In my OTU data matrix that I would like to input into DESeq2, many of the count values are zeros. I am able to create a DESeqDataSetFromMatrix object from this matrix with the following command:
dds=DESeqDataSetFromMatrix(csv, csv_meta, design=~Habitat)
But when I run the DESeq command I get the following error message:
> out1=DESeq(dds, fitType="mean")
estimating size factors
Error in estimateSizeFactorsForMatrix(counts(object), locfunc = locfunc, :
every gene contains at least one zero, cannot compute log geometric means
Is there some way to remedy this zero issue within DESeq2 or must the data be log transformed (log2(n+1)) before inputting into DESeq2? I am only interested in generating the normalized counts and using these values for downstream analysis, I do not need fold change data.
I found in another Bioconductor post (A: DESeq2 Error in varianceStabilizingTransformation) the following workaround to calculating the log geometric means:
ts = counts(dds) geoMeans = apply(cts, 1, function(row) if (all(row == 0)) 0 else exp(mean(log(row[row != 0])))) dds = estimateSizeFactors(dds, geoMeans=geoMeans)
I assume from here that there is a way to continue running the individual functions within the DESeq command to generate the normalized scaled counts? The estimateSizeFactors object can then be input into estimateDispersions, but how do you run the final step of the the DESeq command (fitting model and testing)?
Here is the output for traceback():
6: stop("every gene contains at least one zero, cannot compute log geometric means")

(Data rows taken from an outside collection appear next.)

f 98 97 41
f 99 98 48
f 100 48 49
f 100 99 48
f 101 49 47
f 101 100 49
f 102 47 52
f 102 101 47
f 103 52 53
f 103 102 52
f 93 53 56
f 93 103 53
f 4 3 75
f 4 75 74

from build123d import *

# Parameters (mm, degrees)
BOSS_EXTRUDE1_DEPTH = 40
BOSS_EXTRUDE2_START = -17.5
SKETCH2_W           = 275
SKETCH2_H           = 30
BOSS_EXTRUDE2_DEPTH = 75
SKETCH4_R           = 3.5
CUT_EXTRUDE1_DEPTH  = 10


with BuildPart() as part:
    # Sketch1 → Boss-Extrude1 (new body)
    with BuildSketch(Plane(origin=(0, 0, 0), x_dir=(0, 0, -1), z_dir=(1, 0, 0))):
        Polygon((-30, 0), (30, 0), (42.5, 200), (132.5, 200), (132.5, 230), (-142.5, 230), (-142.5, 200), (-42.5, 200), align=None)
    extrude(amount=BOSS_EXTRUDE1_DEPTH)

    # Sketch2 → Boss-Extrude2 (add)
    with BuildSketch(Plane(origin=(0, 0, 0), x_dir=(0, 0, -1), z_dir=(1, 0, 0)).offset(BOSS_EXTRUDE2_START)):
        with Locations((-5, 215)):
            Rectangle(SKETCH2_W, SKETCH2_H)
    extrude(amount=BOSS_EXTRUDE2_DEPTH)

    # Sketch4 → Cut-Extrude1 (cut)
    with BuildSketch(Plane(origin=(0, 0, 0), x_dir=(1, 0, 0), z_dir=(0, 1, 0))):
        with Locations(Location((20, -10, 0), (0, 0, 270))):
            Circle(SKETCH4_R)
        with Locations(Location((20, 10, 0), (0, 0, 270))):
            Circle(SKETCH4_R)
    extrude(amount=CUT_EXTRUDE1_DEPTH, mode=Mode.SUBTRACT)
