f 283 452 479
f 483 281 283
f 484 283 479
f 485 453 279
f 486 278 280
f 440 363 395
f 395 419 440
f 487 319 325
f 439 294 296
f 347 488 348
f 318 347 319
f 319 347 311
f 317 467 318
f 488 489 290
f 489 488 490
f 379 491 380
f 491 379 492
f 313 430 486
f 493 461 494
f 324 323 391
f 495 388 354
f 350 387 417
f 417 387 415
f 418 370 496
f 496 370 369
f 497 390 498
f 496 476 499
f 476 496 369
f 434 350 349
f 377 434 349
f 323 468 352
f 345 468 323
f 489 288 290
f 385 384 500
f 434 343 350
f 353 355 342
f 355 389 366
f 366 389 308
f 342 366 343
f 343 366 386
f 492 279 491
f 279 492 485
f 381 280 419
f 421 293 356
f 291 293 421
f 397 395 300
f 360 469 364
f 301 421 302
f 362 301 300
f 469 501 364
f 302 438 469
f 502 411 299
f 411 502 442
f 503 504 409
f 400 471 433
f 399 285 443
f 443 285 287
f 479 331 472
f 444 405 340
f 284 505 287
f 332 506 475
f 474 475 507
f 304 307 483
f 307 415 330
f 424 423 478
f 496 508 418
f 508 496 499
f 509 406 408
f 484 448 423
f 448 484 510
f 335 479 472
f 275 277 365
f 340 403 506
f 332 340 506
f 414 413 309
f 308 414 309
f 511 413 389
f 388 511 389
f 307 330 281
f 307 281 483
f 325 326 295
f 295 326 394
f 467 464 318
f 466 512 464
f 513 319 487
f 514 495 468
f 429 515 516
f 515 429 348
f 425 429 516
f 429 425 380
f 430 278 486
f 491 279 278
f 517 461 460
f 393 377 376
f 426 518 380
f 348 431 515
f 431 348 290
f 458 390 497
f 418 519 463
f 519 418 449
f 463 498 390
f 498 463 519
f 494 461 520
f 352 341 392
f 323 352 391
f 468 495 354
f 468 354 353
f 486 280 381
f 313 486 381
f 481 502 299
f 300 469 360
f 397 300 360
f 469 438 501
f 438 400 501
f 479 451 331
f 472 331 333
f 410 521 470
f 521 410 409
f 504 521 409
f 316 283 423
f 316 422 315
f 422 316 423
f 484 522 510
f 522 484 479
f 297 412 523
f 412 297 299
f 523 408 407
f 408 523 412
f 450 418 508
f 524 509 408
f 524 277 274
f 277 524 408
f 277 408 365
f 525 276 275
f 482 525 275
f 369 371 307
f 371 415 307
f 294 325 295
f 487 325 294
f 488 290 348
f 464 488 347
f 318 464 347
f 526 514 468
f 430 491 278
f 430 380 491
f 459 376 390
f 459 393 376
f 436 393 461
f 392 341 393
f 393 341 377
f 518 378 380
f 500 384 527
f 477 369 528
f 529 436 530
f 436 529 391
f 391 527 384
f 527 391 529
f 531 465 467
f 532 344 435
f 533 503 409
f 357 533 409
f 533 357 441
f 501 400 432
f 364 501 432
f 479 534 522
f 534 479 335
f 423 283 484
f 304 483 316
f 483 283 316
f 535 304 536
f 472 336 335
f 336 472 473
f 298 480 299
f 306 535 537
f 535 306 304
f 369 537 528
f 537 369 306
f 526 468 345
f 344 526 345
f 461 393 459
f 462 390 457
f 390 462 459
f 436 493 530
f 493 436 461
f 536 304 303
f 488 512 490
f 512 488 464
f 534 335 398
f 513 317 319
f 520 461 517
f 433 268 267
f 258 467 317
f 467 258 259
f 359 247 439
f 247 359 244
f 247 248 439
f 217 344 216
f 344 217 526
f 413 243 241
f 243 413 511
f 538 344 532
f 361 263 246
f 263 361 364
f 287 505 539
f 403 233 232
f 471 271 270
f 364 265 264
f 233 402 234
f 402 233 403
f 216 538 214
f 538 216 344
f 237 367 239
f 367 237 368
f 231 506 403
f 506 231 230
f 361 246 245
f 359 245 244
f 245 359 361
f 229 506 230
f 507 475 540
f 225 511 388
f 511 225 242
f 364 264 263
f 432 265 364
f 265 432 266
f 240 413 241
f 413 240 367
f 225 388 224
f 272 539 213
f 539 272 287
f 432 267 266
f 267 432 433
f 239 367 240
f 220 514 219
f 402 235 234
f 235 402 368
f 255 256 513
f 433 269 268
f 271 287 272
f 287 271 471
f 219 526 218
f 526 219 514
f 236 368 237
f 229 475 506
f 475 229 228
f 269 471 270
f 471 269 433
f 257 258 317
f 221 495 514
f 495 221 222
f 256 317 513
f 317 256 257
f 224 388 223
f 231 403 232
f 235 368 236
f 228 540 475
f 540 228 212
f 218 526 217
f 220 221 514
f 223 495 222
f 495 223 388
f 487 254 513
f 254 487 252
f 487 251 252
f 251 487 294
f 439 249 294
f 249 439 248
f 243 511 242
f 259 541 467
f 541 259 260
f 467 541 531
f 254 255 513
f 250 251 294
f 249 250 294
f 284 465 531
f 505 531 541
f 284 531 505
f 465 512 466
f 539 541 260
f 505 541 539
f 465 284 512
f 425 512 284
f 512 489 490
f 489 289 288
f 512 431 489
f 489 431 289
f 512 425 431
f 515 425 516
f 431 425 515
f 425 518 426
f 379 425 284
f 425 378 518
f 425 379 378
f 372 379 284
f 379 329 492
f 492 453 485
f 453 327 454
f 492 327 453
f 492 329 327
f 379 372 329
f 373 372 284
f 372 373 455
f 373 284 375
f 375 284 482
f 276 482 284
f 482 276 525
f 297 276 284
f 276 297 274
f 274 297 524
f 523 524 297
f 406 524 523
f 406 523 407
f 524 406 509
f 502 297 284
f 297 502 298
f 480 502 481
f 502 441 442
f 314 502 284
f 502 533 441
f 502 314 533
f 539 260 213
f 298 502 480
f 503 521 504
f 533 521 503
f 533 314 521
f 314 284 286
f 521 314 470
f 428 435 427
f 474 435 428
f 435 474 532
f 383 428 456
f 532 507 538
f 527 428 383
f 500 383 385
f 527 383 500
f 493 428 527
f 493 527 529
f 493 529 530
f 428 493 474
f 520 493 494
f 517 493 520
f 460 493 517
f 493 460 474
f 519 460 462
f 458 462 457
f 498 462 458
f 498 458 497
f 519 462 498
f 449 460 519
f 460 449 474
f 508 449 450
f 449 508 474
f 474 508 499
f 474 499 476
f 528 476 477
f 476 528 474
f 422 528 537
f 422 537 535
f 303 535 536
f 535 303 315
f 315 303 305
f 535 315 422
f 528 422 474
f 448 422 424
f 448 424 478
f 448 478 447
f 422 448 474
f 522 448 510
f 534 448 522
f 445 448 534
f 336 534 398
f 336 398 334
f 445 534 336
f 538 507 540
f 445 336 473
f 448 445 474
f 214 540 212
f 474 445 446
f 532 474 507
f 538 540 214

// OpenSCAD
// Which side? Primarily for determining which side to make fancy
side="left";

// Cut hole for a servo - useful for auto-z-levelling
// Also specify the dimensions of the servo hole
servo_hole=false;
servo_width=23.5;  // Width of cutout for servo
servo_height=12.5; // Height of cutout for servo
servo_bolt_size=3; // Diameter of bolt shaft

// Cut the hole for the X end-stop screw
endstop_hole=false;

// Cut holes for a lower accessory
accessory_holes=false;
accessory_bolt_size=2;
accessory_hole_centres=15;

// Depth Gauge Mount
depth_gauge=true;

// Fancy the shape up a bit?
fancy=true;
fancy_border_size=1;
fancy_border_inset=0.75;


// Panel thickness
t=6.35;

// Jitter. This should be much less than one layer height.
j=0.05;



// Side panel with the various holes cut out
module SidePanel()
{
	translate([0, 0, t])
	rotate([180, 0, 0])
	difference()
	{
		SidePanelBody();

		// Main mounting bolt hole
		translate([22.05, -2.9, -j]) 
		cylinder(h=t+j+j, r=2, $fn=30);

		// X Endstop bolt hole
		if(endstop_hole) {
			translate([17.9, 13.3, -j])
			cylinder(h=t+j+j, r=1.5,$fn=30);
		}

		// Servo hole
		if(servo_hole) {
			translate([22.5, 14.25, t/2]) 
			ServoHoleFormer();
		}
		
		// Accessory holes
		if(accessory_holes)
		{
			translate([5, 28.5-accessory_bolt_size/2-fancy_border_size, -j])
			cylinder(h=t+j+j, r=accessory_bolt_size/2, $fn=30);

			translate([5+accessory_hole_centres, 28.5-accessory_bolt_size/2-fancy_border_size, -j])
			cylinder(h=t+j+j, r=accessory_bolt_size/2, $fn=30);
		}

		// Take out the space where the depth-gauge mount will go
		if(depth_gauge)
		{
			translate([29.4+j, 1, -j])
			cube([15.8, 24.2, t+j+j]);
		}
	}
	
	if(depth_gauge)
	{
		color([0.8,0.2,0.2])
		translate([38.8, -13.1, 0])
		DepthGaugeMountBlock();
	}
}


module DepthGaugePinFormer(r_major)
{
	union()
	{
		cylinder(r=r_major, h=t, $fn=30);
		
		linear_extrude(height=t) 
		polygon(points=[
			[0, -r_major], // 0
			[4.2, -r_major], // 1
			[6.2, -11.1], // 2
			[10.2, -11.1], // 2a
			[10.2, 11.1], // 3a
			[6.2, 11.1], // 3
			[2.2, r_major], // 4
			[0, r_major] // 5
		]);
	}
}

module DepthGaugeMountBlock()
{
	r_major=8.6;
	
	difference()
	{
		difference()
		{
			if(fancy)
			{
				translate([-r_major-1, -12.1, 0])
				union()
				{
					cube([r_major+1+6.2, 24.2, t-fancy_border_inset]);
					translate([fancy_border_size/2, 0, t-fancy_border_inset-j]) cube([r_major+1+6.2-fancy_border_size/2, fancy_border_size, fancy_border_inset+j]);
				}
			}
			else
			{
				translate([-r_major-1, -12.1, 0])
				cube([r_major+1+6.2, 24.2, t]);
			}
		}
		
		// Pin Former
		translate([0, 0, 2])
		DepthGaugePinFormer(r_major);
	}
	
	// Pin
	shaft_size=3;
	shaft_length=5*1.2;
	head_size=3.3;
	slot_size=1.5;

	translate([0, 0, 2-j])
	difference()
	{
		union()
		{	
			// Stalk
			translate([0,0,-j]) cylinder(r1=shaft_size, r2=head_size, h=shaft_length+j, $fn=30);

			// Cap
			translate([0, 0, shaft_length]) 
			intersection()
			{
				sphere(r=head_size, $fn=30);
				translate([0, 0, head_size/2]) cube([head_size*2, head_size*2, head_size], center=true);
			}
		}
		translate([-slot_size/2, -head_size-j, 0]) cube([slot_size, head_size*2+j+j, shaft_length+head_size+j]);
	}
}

5: estimateSizeFactorsForMatrix(counts(object), locfunc = locfunc,
geoMeans = geoMeans, controlGenes = controlGenes)
4: .local(object, ...)
3: estimateSizeFactors(object)
2: estimateSizeFactors(object)
1: DESeq(dds, fitType = "mean")
And the sessionInfo():
R version 3.1.2 (2014-10-31)
Platform: x86_64-apple-darwin13.4.0 (64-bit)
locale:
[1] en_US.UTF-8/en_US.UTF-8/en_US.UTF-8/C/en_US.UTF-8/en_US.UTF-8
attached base packages:
[1] stats4 parallel stats graphics grDevices utils datasets methods base
other attached packages:
[1] DESeq2_1.6.2 RcppArmadillo_0.4.500.0 Rcpp_0.11.3 ShortRead_1.24.0 GenomicAlignments_1.2.1
[6] Rsamtools_1.18.2 GenomicRanges_1.18.3 GenomeInfoDb_1.2.3 Biostrings_2.34.0 XVector_0.6.0
[11] IRanges_2.0.0 S4Vectors_0.4.0 BiocParallel_1.0.0 BiocGenerics_0.12.1
loaded via a namespace (and not attached):
[1] acepack_1.3-3.3 annotate_1.44.0 AnnotationDbi_1.28.1 base64enc_0.1-2 BatchJobs_1.5
[6] BBmisc_1.8 Biobase_2.26.0 bitops_1.0-6 brew_1.0-6 checkmate_1.5.0
[11] cluster_1.15.3 codetools_0.2-9 colorspace_1.2-4 DBI_0.3.1 digest_0.6.4
[16] fail_1.2 foreach_1.4.2 foreign_0.8-61 Formula_1.1-2 genefilter_1.48.1
[21] geneplotter_1.44.0 ggplot2_1.0.0 grid_3.1.2 gtable_0.1.2 Hmisc_3.14-6
[26] hwriter_1.3.2 iterators_1.0.7 lattice_0.20-29 latticeExtra_0.6-26 locfit_1.5-9.1
[31] MASS_7.3-35 munsell_0.4.2 nnet_7.3-8 plyr_1.8.1 proto_0.3-10
[36] RColorBrewer_1.0-5 reshape2_1.4 rpart_4.1-8 RSQLite_1.0.0 scales_0.2.4
[41] sendmailR_1.2-1 splines_3.1.2 stringr_0.6.2 survival_2.37-7 tools_3.1.2
[46] XML_3.98-1.1 xtable_1.7-4 zlibbioc_1.12.0
Thanks much,
Jesse Port
It's not the dispersion estimation but the size factor calculation which requires the geometric mean, which is 0 when a single sample has a 0. You can look over the formula for size factors in the paper (both DESeq and DESeq2 papers have this formula), to see why the default size factor estimation doesn't work when each row has a zero.